Collected data entries

┄┄┄┄┄┄┄┄┄┄

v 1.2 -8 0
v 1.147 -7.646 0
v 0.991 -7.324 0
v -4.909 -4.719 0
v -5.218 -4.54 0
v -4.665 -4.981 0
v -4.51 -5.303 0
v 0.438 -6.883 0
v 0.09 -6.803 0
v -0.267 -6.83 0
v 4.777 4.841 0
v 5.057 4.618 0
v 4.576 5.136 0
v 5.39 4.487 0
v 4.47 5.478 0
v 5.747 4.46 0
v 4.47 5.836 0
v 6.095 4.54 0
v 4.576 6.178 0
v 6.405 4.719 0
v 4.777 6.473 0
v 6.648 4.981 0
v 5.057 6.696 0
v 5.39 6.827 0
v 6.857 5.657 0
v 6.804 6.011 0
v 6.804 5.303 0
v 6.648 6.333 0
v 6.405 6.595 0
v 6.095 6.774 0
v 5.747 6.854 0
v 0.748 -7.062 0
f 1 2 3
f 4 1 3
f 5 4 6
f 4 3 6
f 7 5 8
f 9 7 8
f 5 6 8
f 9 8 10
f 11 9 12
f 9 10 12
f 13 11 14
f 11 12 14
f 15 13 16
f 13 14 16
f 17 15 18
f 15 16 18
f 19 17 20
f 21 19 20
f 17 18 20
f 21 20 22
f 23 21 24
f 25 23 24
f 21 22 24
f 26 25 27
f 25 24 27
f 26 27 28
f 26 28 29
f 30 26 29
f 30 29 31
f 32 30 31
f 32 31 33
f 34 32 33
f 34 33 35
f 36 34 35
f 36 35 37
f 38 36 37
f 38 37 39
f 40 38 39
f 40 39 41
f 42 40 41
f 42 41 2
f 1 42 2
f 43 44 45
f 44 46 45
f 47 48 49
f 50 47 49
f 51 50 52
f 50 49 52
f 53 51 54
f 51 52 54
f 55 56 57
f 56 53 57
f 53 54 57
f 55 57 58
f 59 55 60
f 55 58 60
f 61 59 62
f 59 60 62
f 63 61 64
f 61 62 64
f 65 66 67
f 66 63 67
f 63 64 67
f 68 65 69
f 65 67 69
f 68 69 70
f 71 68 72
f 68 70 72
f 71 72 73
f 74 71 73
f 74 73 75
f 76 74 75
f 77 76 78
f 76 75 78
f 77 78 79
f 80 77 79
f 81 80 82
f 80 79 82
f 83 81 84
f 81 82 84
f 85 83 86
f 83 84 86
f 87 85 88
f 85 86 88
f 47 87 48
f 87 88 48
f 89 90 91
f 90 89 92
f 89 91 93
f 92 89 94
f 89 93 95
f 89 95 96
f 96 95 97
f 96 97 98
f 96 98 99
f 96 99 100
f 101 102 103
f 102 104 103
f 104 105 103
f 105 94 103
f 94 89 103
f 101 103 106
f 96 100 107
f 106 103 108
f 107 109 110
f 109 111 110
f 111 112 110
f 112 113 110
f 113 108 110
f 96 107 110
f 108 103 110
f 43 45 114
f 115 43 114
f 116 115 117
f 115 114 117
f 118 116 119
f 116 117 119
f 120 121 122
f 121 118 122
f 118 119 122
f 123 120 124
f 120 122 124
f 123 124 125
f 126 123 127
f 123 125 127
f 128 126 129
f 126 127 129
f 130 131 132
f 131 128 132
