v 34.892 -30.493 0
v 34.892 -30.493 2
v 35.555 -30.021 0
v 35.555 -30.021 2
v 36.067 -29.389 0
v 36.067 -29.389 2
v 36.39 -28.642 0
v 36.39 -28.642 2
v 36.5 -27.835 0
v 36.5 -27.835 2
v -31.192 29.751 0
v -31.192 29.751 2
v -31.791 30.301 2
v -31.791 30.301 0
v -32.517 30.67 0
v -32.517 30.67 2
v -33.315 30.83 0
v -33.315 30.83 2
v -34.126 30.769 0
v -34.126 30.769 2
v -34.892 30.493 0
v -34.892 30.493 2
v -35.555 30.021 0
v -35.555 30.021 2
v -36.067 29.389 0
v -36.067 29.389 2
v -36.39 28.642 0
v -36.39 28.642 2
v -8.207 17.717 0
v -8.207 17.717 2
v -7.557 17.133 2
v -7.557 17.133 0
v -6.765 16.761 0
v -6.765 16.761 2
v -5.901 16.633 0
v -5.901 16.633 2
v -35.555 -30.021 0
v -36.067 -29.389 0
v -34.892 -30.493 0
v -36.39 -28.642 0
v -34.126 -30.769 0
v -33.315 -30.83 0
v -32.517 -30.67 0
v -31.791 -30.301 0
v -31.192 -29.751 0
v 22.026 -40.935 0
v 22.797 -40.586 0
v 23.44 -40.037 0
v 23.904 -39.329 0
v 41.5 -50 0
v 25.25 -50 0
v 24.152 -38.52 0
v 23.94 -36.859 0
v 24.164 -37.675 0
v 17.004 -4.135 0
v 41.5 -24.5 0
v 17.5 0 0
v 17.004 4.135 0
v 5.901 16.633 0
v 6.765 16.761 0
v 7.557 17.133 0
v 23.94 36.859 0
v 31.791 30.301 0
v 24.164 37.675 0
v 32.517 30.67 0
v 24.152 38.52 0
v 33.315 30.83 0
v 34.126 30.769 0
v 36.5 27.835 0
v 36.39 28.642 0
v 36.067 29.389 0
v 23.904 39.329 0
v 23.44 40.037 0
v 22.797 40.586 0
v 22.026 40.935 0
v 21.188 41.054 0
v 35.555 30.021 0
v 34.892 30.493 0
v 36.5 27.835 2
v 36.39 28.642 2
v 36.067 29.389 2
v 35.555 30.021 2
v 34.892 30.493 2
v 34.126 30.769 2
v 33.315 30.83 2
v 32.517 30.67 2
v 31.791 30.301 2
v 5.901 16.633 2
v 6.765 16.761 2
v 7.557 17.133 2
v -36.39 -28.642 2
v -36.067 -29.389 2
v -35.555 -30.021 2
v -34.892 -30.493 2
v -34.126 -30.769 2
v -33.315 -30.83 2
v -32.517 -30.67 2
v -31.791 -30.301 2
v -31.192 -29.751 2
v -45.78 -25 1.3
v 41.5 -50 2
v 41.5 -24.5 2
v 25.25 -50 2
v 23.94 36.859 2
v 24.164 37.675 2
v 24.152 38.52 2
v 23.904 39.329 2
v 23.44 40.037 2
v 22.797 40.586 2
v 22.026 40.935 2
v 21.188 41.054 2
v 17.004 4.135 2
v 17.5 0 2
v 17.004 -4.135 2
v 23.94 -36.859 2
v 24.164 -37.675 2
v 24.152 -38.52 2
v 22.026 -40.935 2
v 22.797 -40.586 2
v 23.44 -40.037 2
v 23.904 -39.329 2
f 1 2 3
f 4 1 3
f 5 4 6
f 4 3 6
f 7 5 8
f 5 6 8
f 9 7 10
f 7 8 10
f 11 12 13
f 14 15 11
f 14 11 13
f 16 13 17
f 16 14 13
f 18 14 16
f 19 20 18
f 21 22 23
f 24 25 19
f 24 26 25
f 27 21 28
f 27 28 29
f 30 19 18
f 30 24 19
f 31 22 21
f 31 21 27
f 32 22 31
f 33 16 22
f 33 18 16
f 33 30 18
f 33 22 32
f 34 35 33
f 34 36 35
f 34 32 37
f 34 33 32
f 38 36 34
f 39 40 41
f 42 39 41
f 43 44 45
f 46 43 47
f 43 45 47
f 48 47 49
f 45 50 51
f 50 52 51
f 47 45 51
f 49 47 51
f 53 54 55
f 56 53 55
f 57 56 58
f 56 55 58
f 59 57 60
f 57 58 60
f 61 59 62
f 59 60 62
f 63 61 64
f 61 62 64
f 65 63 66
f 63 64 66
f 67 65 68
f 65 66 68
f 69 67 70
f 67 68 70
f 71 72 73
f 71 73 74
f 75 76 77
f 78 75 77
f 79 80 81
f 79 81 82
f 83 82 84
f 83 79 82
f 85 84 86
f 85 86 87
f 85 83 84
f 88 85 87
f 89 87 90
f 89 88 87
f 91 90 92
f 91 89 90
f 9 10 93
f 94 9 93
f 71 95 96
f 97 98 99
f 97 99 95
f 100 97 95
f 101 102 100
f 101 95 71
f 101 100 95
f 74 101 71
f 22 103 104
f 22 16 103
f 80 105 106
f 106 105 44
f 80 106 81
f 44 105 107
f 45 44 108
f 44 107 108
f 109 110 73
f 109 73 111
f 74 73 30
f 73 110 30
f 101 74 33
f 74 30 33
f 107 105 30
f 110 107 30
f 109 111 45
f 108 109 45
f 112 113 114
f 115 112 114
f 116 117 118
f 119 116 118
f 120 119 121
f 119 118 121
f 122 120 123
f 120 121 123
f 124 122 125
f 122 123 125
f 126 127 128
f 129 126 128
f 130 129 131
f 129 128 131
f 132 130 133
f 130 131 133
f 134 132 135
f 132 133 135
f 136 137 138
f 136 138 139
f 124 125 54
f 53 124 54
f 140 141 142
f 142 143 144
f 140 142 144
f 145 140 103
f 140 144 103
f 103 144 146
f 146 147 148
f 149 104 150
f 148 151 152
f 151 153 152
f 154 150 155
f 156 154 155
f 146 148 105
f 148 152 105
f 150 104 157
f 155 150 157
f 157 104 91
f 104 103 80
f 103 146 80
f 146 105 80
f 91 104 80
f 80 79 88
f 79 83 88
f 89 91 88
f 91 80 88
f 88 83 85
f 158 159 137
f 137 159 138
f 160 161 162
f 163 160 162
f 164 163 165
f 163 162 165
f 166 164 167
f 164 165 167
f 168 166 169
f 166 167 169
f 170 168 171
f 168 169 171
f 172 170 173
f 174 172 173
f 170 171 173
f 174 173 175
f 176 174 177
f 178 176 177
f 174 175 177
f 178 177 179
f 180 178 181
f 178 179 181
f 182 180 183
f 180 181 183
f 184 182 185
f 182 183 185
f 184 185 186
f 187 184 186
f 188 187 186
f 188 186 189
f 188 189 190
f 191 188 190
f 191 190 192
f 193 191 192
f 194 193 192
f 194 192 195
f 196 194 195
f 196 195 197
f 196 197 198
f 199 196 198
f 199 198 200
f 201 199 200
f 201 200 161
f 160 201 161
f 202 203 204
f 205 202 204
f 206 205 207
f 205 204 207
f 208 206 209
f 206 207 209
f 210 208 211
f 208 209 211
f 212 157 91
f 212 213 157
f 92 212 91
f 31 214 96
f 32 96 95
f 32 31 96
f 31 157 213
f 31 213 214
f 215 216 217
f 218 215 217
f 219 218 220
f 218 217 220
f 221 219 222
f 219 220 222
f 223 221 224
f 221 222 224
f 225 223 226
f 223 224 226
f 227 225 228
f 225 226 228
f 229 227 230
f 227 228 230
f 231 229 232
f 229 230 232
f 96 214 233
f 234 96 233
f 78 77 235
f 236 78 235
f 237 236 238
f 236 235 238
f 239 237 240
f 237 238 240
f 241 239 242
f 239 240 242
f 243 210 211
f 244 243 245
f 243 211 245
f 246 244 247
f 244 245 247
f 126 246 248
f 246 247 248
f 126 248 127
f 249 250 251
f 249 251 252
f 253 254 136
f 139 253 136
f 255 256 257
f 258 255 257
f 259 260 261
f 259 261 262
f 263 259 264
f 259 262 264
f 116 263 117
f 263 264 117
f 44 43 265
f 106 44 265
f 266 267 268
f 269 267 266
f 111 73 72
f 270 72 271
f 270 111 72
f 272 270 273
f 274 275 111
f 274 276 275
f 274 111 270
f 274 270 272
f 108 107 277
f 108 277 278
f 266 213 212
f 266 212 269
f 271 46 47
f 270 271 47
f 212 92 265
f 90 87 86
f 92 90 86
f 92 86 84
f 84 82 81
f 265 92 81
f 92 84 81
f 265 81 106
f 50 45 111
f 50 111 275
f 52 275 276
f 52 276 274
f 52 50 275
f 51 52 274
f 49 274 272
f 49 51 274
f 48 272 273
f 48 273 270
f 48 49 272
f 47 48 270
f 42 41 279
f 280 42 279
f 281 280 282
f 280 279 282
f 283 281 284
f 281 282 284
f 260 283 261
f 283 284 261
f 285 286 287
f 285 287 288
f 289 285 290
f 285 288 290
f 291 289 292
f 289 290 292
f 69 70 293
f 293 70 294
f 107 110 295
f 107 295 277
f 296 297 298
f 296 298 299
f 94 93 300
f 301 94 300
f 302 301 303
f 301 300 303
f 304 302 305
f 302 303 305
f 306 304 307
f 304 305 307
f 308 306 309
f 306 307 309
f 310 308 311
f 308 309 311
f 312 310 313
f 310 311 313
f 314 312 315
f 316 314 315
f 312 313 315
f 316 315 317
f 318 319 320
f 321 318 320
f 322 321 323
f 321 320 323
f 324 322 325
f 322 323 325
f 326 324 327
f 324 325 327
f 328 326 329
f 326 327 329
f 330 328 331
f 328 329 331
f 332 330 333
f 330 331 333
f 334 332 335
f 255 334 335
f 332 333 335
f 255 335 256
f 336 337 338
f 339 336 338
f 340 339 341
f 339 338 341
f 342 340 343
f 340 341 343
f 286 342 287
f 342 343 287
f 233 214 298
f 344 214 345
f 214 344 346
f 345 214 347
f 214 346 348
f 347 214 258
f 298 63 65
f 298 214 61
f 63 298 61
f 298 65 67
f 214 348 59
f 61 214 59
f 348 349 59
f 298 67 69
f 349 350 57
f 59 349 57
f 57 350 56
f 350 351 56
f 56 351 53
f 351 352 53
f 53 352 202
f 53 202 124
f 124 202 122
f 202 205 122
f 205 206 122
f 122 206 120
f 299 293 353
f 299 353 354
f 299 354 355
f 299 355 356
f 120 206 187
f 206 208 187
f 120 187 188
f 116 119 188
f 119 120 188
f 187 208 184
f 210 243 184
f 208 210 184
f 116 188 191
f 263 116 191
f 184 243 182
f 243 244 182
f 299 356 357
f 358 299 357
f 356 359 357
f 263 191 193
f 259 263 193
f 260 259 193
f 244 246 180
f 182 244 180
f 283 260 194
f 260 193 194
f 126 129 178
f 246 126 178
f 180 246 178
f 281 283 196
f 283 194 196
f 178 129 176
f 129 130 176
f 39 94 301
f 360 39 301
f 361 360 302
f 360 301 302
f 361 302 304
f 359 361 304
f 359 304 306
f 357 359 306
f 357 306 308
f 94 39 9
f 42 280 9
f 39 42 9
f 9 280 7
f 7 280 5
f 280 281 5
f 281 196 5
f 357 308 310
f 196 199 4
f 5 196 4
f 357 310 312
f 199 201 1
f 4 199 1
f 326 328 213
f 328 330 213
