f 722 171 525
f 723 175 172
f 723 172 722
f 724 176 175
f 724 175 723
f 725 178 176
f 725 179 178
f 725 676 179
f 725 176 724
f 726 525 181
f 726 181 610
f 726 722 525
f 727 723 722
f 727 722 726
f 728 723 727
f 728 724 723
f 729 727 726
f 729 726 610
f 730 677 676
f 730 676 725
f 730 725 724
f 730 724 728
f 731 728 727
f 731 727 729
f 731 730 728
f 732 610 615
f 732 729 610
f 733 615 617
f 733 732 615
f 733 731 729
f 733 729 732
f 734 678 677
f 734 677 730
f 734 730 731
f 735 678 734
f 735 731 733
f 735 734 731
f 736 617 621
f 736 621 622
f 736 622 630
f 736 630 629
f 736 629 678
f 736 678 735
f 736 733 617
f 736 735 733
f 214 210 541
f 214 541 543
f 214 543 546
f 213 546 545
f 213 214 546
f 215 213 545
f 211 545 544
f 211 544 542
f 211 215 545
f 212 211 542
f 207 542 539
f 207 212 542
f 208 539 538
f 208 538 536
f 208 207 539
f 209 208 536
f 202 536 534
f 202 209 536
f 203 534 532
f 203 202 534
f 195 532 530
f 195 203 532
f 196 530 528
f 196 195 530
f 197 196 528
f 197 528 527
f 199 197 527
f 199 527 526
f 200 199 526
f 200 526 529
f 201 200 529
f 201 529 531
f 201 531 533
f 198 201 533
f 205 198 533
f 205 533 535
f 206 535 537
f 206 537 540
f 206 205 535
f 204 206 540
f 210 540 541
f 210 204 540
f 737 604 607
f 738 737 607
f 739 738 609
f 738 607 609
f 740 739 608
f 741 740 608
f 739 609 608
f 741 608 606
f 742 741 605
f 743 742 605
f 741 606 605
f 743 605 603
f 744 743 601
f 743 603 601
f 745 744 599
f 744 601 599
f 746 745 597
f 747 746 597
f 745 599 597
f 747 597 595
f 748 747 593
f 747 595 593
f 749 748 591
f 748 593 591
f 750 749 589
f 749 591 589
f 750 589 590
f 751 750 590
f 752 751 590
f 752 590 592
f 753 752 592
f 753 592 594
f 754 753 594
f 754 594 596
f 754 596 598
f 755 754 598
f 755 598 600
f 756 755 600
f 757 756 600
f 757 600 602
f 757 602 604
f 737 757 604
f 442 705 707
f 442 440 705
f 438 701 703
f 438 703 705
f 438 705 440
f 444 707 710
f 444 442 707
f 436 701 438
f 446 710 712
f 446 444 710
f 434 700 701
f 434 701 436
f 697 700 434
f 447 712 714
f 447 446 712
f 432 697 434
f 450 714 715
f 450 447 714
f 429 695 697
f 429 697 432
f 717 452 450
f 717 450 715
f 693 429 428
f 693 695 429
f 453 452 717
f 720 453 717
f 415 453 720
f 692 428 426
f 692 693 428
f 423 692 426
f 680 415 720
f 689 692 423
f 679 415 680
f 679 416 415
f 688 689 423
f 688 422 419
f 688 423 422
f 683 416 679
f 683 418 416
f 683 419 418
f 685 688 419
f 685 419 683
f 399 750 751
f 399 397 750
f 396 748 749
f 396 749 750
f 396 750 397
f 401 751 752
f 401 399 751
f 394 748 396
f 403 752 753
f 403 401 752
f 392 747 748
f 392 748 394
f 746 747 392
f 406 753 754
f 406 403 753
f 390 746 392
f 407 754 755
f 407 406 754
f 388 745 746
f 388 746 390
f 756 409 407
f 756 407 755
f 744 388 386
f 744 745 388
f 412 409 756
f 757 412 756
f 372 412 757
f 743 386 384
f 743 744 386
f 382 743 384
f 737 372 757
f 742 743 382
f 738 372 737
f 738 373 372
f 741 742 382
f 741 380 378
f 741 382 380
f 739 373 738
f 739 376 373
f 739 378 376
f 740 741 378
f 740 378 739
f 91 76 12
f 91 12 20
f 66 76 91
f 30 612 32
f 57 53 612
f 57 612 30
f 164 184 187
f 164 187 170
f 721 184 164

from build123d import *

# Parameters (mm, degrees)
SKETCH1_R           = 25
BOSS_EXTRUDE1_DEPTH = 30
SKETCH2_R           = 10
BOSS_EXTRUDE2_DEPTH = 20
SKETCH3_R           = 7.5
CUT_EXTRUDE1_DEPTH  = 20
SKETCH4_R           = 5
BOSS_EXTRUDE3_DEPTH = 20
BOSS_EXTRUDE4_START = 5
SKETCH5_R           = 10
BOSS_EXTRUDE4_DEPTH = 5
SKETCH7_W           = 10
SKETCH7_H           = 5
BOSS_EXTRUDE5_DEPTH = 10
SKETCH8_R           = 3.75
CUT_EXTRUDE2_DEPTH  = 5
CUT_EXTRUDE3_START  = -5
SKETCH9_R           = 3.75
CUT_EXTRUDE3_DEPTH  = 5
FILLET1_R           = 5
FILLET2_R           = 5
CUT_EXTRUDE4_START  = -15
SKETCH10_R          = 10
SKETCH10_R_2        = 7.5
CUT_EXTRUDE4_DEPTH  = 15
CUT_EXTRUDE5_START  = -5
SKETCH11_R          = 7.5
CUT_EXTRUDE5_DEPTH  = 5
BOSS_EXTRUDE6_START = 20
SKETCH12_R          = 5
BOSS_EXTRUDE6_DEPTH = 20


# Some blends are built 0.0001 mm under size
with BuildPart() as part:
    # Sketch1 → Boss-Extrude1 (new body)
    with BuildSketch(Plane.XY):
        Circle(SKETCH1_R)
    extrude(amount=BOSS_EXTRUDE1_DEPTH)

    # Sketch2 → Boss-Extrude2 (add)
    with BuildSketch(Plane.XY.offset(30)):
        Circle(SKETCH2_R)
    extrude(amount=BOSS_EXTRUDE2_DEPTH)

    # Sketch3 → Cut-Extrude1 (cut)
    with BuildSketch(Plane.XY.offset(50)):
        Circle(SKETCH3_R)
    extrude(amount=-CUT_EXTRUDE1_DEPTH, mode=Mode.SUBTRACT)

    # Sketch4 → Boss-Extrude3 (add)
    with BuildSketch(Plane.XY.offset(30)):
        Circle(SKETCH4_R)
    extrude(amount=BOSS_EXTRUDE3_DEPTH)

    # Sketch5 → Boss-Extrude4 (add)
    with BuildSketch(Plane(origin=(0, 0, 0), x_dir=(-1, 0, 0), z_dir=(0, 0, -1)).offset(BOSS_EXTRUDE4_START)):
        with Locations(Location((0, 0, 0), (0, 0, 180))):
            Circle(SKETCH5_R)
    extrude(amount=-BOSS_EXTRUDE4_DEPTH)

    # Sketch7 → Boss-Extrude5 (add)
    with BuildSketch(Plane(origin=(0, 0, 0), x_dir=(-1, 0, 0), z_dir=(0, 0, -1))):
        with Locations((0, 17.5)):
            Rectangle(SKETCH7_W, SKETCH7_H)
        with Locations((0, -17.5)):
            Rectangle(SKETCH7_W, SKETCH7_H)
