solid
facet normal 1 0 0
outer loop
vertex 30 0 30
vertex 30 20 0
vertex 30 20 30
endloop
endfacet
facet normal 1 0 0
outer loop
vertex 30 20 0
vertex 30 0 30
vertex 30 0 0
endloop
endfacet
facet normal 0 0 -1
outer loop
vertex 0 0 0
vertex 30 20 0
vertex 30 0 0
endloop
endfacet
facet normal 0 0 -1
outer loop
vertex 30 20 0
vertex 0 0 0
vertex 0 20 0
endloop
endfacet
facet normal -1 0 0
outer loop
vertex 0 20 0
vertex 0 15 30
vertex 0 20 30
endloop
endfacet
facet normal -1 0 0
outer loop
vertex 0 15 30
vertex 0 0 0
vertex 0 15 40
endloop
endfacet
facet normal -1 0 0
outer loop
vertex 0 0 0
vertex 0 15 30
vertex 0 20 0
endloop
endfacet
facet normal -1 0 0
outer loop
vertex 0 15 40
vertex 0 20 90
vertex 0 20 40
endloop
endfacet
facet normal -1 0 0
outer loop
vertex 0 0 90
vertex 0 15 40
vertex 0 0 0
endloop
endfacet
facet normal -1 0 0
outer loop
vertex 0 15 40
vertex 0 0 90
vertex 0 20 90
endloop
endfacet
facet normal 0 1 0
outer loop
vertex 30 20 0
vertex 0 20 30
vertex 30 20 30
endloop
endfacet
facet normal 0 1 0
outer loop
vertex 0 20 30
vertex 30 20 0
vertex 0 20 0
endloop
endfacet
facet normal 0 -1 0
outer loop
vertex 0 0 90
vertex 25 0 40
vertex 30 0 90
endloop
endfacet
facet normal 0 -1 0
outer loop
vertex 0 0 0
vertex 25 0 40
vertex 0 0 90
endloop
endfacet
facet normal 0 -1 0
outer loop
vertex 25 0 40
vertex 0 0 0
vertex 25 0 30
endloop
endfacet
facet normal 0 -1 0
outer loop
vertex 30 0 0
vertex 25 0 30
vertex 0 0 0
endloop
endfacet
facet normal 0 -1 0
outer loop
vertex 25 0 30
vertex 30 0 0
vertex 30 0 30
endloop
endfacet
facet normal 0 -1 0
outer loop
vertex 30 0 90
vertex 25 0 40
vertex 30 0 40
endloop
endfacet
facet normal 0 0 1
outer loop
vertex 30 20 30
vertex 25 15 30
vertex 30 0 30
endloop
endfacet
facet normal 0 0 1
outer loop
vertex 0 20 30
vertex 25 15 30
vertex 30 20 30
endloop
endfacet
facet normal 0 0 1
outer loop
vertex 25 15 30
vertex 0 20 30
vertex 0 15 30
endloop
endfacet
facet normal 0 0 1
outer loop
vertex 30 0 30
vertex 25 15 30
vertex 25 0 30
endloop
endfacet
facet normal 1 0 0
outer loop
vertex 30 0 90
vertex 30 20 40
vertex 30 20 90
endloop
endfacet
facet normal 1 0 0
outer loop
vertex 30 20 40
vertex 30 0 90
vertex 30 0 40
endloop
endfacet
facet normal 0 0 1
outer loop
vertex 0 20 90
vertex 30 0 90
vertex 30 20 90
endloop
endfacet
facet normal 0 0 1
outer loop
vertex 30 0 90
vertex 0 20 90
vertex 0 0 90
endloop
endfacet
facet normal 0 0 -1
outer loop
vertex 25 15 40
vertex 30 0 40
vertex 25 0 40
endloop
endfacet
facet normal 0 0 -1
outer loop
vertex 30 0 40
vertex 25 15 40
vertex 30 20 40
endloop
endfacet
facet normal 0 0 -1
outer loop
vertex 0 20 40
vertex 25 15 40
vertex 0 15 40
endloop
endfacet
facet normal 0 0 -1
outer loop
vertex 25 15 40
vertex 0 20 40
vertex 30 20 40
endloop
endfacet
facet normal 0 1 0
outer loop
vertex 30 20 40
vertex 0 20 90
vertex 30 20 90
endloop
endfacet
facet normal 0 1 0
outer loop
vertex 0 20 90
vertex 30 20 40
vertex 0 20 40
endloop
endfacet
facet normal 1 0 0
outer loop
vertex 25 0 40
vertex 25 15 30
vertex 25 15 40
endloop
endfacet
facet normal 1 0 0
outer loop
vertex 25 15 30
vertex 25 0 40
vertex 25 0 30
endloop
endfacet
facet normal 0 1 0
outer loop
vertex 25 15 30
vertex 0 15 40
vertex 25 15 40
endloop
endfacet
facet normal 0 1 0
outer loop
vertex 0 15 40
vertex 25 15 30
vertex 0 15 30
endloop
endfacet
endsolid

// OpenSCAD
// Parameters
object_height = 50;
object_width = 30;
object_depth = 20;
cut_height = 30;
extension_height = 10;

// Original object
module original_object() {
    cube([object_width, object_depth, object_height]);
}

// Bottom part
module bottom_part() {
    intersection() {
        original_object();
        translate([0, 0, -0.1])
            cube([object_width, object_depth, cut_height + 0.1]);
    }
}

// Top part
module top_part() {
    translate([0, 0, cut_height + extension_height])
        difference() {
            original_object();
            translate([0, 0, -object_height])
                cube([object_width, object_depth, cut_height]);
        }
}

// Extension
module extension() {
    translate([0, 0, cut_height])
        cube([object_width-5, object_depth-5, extension_height]);
}

// Final assembly
bottom_part();
extension();
top_part();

┄┄┄┄┄┄┄┄┄┄

__REQUIREMENT__: Take the lines above from the one containing "f 109 111 110" to the one containing "v 23.904 39.329 0" and retype them exactly, both ends included, with nothing added.

__REPLY__:
f 109 111 110
f 111 112 110
f 112 113 110
f 113 108 110
f 96 107 110
f 108 103 110
f 43 45 114
f 115 43 114
f 116 115 117
f 115 114 117
f 118 116 119
f 116 117 119
f 120 121 122
f 121 118 122
f 118 119 122
f 123 120 124
f 120 122 124
f 123 124 125
f 126 123 127
f 123 125 127
f 128 126 129
f 126 127 129
f 130 131 132
f 131 128 132
v 34.892 -30.493 0
v 34.892 -30.493 2
v 35.555 -30.021 0
v 35.555 -30.021 2
v 36.067 -29.389 0
v 36.067 -29.389 2
v 36.39 -28.642 0
v 36.39 -28.642 2
v 36.5 -27.835 0
v 36.5 -27.835 2
v -31.192 29.751 0
v -31.192 29.751 2
v -31.791 30.301 2
v -31.791 30.301 0
v -32.517 30.67 0
v -32.517 30.67 2
v -33.315 30.83 0
v -33.315 30.83 2
v -34.126 30.769 0
v -34.126 30.769 2
v -34.892 30.493 0
v -34.892 30.493 2
v -35.555 30.021 0
v -35.555 30.021 2
v -36.067 29.389 0
v -36.067 29.389 2
v -36.39 28.642 0
v -36.39 28.642 2
v -8.207 17.717 0
v -8.207 17.717 2
v -7.557 17.133 2
v -7.557 17.133 0
v -6.765 16.761 0
v -6.765 16.761 2
v -5.901 16.633 0
v -5.901 16.633 2
v -35.555 -30.021 0
v -36.067 -29.389 0
v -34.892 -30.493 0
v -36.39 -28.642 0
v -34.126 -30.769 0
v -33.315 -30.83 0
v -32.517 -30.67 0
v -31.791 -30.301 0
v -31.192 -29.751 0
v 22.026 -40.935 0
v 22.797 -40.586 0
v 23.44 -40.037 0
v 23.904 -39.329 0
v 41.5 -50 0
v 25.25 -50 0
v 24.152 -38.52 0
v 23.94 -36.859 0
v 24.164 -37.675 0
v 17.004 -4.135 0
v 41.5 -24.5 0
v 17.5 0 0
v 17.004 4.135 0
v 5.901 16.633 0
v 6.765 16.761 0
v 7.557 17.133 0
v 23.94 36.859 0
v 31.791 30.301 0
v 24.164 37.675 0
v 32.517 30.67 0
v 24.152 38.52 0
v 33.315 30.83 0
v 34.126 30.769 0
v 36.5 27.835 0
v 36.39 28.642 0
v 36.067 29.389 0
v 23.904 39.329 0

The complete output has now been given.